Probably as a lame compensation for not providing a decent hierarchical
file system. Such a file could be considered as a poor surogate of a
directory.

Well, yes, there is that. Though the 44 character names were
long enough for fake hierarchy in many cases.

Still, the idea of keeping related programs together in one
file seems useful. Unix has ar files for libraries.

Though #include files tend to be in a directory structure
as separate files.

-- glen
 
C

CBFalconer

Dan said:
Probably as a lame compensation for not providing a decent
hierarchical file system. Such a file could be considered as a
poor surogate of a directory.

Back in CP/M days, shortly after .LBR files appeared, people began
packing executables into them. Then the LRUN program appeared, to
extract and run a particular component from COMMAND.LBR. Even
later my CCPLUS incorporated that function, together with a search
path, into the 'shell'. Similar things were done with interpreted
executables, using PCDS.LBR. I had systems using the same format
as conventional searchable libraries for object code modules.
There is very little new under the sun.

All these packages provided a convenient way to supply a set of
utilities to the user.

Those interested can explore the download/cpm/ area of my site,
below.
 
M

Mark McIntyre

Though #include files tend to be in a directory structure
as separate files.

if anyone remembers VMS, they'll recall that all the system headers were in
a text library, a file with a .tlb extension. The C compiler knew
automagically how to read out the relevant block of data at runtime.
 
G

glen herrmannsfeldt

Mark said:
On Tue, 18 May 2004 18:43:05 GMT, in comp.lang.c , glen herrmannsfeldt
if anyone remembers VMS, they'll recall that all the system headers were in
a text library, a file with a .tlb extension. The C compiler knew
automagically how to read out the relevant block of data at runtime.

Someday I might have a running MicroVAX running VMS,
and some compilers under the hobbyist license.

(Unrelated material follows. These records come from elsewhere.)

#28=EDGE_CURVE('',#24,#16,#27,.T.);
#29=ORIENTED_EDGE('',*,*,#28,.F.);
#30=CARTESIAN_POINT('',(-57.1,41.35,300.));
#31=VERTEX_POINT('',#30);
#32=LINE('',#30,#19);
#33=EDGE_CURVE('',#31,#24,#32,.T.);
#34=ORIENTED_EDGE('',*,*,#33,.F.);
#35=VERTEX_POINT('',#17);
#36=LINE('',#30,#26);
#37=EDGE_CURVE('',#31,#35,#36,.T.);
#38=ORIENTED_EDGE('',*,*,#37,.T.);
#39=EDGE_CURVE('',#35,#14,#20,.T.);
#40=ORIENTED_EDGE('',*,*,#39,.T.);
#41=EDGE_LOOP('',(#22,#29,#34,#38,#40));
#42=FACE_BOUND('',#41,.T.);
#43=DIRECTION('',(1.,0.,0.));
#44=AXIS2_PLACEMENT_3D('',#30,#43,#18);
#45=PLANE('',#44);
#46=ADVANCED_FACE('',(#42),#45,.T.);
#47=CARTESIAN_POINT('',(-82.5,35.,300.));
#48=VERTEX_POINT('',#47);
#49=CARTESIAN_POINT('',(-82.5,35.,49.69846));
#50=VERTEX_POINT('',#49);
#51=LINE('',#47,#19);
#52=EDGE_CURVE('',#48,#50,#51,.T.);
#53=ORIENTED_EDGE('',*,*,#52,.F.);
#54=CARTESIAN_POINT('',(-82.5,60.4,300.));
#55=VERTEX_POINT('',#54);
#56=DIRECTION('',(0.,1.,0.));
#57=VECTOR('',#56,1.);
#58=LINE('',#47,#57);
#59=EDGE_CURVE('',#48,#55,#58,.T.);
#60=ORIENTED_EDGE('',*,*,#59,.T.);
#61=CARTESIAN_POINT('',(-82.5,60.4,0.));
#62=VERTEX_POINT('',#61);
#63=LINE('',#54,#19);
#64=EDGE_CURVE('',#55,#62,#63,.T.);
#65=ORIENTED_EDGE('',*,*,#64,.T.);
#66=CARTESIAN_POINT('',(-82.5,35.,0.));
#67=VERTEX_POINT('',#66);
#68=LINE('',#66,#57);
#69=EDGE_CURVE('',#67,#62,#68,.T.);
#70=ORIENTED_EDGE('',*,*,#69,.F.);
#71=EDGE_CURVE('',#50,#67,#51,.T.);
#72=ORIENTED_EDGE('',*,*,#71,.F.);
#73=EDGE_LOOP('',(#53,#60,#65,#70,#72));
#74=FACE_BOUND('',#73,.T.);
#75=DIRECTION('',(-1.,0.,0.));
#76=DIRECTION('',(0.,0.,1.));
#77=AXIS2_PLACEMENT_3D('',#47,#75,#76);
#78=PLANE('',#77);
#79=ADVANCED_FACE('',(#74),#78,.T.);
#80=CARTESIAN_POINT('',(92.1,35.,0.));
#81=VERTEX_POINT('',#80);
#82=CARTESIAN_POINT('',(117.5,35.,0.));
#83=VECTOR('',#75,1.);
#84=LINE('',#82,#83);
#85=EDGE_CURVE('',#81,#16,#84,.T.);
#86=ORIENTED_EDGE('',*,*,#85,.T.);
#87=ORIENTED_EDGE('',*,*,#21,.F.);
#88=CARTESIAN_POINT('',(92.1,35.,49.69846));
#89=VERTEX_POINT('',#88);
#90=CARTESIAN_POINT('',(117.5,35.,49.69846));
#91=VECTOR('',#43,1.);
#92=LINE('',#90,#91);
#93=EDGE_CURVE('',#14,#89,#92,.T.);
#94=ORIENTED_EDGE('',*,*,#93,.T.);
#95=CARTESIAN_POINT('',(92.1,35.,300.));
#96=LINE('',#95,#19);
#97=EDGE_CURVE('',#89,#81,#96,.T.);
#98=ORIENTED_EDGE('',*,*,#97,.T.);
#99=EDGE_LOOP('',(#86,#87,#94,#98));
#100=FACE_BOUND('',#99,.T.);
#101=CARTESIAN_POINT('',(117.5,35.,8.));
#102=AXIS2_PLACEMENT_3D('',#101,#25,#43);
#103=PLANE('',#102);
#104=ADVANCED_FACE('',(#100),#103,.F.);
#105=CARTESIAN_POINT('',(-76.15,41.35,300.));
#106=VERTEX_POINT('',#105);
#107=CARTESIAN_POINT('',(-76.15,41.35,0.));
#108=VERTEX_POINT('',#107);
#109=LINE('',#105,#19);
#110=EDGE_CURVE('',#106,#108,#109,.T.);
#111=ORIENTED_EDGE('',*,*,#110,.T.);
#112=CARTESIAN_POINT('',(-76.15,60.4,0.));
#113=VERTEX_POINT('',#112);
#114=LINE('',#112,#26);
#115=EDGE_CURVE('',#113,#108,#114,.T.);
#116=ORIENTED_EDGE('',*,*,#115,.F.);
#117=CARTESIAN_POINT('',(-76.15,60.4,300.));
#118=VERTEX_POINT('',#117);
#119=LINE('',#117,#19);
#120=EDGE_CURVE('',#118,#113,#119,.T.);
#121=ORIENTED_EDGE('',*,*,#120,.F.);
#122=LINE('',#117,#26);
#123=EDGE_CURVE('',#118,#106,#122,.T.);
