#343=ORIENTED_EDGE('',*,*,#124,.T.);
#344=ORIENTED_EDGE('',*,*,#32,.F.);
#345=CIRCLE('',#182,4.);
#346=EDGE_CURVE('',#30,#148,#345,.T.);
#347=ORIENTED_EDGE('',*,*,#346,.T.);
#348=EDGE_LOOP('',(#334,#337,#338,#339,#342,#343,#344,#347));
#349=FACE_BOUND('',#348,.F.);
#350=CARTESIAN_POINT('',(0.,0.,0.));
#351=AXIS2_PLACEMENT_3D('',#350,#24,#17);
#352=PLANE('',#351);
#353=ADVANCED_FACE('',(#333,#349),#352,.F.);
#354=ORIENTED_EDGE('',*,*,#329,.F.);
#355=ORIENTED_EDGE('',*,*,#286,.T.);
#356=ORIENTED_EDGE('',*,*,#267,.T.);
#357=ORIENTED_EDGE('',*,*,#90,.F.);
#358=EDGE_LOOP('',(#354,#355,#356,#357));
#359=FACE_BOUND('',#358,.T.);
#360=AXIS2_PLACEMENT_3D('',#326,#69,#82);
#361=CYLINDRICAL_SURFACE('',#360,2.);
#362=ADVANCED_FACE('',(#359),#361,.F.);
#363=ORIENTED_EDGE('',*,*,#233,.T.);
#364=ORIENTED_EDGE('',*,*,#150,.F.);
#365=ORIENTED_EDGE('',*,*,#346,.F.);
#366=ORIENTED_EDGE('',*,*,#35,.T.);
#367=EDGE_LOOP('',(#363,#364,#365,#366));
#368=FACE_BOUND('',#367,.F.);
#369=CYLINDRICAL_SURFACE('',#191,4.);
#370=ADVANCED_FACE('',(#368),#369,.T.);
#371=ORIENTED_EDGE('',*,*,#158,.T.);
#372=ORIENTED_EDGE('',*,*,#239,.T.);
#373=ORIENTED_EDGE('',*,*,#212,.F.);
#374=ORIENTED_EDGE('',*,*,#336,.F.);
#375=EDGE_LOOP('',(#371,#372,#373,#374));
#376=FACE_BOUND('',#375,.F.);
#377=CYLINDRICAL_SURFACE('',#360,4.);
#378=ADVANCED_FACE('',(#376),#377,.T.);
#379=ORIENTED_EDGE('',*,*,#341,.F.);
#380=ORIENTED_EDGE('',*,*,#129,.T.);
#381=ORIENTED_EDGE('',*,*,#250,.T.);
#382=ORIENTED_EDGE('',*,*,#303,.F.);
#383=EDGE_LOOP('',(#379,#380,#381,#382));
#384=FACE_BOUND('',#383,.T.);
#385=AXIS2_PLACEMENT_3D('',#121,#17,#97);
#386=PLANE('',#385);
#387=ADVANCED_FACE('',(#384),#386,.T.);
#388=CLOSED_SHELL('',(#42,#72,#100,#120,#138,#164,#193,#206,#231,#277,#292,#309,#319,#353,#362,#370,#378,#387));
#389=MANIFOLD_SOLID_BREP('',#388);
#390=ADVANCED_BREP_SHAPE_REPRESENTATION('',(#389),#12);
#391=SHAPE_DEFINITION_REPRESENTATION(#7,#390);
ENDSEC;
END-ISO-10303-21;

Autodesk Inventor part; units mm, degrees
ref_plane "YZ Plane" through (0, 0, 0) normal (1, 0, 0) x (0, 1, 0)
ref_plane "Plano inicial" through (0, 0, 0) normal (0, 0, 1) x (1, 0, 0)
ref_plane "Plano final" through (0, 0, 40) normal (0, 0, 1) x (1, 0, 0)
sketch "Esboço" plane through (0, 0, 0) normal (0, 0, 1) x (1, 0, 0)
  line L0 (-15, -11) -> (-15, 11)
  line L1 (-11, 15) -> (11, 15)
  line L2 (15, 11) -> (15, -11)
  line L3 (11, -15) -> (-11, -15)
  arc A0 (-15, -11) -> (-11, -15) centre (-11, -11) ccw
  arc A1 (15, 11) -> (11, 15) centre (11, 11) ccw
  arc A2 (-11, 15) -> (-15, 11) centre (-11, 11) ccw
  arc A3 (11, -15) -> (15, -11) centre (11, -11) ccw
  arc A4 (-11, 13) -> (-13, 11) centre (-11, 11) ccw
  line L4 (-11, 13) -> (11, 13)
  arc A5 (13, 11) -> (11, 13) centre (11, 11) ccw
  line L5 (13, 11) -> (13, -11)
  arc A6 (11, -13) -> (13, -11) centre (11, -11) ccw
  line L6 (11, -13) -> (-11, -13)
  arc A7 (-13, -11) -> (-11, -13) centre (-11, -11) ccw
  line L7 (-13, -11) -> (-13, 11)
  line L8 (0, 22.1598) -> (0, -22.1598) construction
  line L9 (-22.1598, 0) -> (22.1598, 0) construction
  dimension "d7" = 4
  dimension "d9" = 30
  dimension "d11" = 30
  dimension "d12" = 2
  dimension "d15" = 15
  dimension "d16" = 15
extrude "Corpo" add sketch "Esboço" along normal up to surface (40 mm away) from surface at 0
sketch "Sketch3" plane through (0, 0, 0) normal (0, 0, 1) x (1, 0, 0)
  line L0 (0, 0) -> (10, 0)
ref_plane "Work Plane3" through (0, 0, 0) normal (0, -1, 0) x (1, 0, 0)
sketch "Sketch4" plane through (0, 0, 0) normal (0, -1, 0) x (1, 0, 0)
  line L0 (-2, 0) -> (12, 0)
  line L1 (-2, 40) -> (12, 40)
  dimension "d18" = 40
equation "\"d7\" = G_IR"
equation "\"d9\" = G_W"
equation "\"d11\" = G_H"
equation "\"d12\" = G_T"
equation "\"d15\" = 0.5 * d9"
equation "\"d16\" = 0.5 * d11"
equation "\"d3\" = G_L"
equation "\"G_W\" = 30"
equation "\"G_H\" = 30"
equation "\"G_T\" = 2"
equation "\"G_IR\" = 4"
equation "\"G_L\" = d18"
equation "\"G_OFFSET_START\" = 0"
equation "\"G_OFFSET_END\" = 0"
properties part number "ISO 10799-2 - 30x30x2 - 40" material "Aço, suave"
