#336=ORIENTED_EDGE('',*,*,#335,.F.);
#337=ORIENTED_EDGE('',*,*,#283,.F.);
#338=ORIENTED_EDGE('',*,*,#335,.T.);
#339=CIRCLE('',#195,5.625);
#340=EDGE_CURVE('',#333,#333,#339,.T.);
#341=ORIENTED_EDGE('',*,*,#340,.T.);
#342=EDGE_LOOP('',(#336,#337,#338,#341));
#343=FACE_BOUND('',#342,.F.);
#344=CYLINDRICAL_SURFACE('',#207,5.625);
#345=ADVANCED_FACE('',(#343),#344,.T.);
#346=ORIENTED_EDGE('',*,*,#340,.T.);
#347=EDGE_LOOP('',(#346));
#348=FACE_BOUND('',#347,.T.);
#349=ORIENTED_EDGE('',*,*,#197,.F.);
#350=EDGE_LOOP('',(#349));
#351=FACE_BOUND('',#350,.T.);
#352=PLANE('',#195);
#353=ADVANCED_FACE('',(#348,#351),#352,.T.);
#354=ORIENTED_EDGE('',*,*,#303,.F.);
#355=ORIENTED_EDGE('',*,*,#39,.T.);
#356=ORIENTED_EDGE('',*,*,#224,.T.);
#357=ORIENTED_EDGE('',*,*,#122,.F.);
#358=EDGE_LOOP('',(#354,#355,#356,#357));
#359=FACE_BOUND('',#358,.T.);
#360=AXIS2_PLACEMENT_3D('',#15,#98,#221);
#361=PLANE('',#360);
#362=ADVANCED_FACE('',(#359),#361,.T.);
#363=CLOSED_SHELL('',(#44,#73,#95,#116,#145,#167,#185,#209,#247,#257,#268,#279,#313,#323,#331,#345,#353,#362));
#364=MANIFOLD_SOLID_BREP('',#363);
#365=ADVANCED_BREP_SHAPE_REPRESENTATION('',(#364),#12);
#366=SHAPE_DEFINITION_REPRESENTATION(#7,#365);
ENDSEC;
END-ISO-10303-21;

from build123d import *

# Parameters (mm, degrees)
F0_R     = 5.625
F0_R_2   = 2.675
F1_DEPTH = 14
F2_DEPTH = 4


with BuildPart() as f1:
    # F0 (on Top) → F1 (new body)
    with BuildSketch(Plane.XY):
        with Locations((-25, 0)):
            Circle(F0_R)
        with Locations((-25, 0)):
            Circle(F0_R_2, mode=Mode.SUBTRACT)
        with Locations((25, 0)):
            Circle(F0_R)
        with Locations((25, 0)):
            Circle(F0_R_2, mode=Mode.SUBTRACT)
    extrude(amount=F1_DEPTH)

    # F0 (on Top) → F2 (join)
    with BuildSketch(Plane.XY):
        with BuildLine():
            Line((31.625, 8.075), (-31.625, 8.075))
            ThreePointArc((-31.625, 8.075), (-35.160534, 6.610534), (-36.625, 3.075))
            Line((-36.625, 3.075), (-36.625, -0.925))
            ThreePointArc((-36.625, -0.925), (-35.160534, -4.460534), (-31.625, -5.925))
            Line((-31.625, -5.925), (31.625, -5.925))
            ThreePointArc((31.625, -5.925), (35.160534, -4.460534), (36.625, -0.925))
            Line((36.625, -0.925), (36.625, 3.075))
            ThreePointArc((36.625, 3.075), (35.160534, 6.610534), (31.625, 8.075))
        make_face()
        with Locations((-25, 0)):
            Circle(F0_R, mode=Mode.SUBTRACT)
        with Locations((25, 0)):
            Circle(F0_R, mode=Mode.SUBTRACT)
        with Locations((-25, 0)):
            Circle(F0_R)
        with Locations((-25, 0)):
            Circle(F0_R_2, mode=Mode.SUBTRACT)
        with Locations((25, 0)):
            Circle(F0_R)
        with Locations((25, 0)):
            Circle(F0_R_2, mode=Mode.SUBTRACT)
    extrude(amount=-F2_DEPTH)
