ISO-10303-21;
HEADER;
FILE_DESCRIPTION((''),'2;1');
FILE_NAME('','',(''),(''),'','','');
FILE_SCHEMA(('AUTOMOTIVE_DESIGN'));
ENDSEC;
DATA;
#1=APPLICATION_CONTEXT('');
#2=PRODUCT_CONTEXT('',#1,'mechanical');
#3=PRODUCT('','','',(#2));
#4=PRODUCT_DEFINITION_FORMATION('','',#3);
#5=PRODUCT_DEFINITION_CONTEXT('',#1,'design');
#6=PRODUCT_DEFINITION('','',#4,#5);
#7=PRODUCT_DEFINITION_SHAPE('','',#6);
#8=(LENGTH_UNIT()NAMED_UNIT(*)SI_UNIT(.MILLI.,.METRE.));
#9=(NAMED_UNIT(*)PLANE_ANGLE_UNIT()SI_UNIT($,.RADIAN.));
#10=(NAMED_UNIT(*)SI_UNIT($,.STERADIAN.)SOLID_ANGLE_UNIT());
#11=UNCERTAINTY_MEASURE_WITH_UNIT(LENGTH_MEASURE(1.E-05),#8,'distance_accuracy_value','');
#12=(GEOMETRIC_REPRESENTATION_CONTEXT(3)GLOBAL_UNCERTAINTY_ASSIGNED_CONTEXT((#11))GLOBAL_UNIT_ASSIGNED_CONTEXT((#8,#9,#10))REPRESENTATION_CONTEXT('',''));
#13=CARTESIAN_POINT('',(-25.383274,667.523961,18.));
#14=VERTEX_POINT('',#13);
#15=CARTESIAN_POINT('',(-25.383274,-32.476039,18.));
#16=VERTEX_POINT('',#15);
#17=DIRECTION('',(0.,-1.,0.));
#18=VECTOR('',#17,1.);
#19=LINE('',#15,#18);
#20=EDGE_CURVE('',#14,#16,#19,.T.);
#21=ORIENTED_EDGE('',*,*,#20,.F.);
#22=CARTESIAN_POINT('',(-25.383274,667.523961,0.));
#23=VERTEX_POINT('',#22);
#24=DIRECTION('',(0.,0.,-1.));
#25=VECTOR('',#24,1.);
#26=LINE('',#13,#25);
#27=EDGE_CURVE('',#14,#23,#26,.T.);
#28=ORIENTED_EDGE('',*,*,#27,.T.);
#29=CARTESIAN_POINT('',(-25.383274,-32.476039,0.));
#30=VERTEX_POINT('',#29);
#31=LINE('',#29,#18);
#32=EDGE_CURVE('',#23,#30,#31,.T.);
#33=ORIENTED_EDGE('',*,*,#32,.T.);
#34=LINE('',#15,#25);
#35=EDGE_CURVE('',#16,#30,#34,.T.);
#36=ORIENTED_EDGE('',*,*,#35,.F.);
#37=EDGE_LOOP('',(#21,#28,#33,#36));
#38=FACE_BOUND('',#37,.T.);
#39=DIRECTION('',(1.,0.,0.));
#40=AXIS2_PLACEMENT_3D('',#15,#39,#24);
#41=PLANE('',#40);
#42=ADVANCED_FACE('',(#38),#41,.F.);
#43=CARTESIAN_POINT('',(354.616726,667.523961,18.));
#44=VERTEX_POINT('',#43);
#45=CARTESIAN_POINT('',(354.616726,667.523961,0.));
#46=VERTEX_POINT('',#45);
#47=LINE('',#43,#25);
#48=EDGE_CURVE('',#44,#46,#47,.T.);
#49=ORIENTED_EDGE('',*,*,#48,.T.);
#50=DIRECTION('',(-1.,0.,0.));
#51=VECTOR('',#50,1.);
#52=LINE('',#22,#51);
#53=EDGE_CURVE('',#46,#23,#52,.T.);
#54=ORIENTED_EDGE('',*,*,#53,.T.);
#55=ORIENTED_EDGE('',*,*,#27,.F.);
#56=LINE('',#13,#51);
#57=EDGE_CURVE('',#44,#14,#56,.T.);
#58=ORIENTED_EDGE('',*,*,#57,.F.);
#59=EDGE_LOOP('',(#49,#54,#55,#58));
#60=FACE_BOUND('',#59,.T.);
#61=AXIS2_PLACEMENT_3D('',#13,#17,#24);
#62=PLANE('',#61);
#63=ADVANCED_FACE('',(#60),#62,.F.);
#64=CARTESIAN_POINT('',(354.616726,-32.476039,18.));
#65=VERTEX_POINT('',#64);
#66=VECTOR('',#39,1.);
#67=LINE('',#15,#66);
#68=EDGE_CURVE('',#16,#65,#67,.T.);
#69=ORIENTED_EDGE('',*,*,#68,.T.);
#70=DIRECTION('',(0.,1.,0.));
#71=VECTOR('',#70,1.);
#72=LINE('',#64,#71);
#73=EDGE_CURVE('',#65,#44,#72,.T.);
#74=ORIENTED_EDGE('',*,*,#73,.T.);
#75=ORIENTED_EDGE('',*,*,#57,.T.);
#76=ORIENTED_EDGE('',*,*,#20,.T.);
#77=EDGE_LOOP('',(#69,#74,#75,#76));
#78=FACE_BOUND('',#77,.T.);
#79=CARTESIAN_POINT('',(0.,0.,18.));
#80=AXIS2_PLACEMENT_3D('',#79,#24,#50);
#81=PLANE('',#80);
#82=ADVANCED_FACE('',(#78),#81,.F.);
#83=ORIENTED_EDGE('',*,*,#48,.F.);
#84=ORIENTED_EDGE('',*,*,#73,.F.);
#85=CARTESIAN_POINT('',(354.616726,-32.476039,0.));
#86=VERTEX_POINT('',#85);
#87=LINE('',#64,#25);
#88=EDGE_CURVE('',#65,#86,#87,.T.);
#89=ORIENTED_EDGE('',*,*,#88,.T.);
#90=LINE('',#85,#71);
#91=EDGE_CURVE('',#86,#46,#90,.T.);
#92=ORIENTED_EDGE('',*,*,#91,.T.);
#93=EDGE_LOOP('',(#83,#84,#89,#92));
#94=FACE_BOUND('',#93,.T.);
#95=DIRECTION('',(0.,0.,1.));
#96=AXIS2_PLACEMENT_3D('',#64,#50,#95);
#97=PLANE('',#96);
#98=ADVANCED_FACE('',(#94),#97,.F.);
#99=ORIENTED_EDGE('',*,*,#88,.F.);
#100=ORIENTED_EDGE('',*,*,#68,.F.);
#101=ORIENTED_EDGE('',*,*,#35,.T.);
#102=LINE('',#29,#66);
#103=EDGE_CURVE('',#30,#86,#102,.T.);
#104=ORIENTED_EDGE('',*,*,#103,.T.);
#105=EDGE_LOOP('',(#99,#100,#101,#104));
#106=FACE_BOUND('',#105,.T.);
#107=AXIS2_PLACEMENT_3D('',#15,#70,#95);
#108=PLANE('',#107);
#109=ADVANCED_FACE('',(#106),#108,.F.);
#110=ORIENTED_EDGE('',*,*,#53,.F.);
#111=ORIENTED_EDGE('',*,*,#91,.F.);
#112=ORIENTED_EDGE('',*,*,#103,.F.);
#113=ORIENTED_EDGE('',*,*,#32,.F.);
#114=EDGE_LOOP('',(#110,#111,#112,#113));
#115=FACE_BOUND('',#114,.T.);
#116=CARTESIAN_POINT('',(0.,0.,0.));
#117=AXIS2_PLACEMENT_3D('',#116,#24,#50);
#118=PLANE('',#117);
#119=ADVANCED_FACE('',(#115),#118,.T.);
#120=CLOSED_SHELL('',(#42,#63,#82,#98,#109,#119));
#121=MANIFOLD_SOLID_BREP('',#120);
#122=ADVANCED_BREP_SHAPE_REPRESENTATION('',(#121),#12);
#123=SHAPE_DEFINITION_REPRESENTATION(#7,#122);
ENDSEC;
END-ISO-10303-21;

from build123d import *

# Parameters (mm, degrees)
SKETCH1_W           = 380
SKETCH1_H           = 700
BOSS_EXTRUDE1_DEPTH = 18


with BuildPart() as part:
    # Sketch1 → Boss-Extrude1 (new body)
    with BuildSketch(Plane.XY):
        with Locations((164.616725706, 317.523961047)):
            Rectangle(SKETCH1_W, SKETCH1_H)
    extrude(amount=BOSS_EXTRUDE1_DEPTH)


solid = part.part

I did some C under VMS many years ago. The most interesting
one is the messages you get out from exit() for arguments
other than 0. I had a program with exit(8) and it took
me a while to understand the message that came out.

-- glen
 
D

Dan Pop

In said:
Still, the idea of keeping related programs together in one
file seems useful. Unix has ar files for libraries.

Though #include files tend to be in a directory structure
as separate files.

ar files are for linker consumption, while header files are for compiler
and human consumption. Furthermore, there is no one-to-one correspondence
between them. So, the different handling makes sense.

The Unix model is quite popular on non-Unix systems, too, except that
ar files are called, usually, libraries (ar stands for "archiver" and the
..a suffix for "archive").

Another Unix oddity is the usage of the "lib" *prefix* in the name of
archives built for linker consumption: this prefix is omitted, along
with the .a suffix, when the linker is asked to search a library using
the -l option: to include libm.a in the linking process (it contains
the <math.h> stuff and is not searched by default) you have to use
the -lm option.

Dan
 
W

-wombat-

Beni said:
I have been programming in C for about a year now. It sounds silly,
but I never took the time to question why a C(or C++ or Java) program
execution begins only at the main(). Is it a convention or is there
some deeper underlying reason?

I love reading all of the wanking on this thread regarding "hosted
implementations" and the CRT.

An executable image gets loaded by the OS and somewhere in the image, there
has to be a starting point, usually denoted in the header. The OS jumps to
the starting points address after the image is loaded into memory (today,
this also means dynamically linking libraries too and a lot of other
garbage.) But in C terms, the starting point is an address (pointer to fcn
returning int). return (*entry_point)(). BFD.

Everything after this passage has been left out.